(Extracted records)
╭──

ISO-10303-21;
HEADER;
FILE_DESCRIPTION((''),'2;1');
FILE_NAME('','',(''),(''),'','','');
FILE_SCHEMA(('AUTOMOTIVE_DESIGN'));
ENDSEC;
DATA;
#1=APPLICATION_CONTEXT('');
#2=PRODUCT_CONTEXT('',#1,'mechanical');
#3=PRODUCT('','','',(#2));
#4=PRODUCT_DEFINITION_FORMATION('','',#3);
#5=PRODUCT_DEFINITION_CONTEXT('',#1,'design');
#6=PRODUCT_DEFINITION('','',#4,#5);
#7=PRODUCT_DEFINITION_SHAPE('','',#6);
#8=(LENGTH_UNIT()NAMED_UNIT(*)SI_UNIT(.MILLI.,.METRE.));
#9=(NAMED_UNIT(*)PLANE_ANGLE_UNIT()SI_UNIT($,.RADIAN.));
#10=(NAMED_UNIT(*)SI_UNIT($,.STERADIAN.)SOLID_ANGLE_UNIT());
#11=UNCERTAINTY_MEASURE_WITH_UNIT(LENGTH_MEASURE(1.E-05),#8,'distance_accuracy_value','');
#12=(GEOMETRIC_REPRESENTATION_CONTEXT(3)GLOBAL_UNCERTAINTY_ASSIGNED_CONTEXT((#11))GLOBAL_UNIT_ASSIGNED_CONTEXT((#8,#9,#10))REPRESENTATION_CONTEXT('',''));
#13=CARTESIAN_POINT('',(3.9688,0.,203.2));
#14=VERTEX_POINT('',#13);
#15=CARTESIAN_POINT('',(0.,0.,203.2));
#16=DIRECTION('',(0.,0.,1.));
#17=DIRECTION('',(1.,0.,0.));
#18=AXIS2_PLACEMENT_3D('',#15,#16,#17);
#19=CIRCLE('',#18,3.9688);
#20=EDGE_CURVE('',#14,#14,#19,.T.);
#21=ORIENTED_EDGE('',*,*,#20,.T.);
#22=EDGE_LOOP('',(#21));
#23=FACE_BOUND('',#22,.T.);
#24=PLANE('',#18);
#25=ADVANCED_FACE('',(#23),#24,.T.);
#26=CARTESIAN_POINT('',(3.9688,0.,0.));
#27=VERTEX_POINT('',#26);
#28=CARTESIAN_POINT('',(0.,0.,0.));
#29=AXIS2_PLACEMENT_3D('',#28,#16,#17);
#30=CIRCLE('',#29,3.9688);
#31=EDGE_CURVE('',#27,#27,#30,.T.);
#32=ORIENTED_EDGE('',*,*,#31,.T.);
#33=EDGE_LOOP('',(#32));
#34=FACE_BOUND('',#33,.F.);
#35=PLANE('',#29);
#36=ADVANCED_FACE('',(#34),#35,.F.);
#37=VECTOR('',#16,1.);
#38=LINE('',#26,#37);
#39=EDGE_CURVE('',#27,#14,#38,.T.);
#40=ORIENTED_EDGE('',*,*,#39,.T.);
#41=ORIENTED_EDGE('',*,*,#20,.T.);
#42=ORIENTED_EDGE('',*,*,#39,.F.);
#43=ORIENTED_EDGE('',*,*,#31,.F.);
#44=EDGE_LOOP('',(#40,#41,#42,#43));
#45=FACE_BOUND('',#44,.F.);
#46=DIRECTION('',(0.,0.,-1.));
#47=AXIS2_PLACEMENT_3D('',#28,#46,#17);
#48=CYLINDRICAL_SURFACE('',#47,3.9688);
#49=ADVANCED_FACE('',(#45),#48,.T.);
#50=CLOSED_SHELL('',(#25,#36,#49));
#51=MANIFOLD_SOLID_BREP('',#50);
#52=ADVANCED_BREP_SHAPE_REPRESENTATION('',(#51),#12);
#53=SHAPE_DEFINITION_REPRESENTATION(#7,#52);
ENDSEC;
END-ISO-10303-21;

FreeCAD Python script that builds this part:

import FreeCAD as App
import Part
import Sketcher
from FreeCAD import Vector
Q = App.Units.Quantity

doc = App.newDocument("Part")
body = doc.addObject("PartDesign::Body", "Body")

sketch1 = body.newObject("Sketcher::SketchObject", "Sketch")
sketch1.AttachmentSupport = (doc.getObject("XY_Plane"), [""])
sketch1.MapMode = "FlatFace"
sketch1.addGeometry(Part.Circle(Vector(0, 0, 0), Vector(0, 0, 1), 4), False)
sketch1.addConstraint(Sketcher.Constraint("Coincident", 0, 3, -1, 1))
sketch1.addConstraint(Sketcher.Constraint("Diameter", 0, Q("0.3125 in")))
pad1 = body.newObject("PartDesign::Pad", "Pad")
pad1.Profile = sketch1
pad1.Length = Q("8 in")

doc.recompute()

╰──

## Requirement
The answer is the records above restated word for word from their opening line through the line that holds "#4=PRODUCT_DEFINITION_FORMATION('','',#3);", both included, and nothing else.

## Expected output
ISO-10303-21;
HEADER;
FILE_DESCRIPTION((''),'2;1');
FILE_NAME('','',(''),(''),'','','');
FILE_SCHEMA(('AUTOMOTIVE_DESIGN'));
ENDSEC;
DATA;
#1=APPLICATION_CONTEXT('');
#2=PRODUCT_CONTEXT('',#1,'mechanical');
#3=PRODUCT('','','',(#2));
#4=PRODUCT_DEFINITION_FORMATION('','',#3);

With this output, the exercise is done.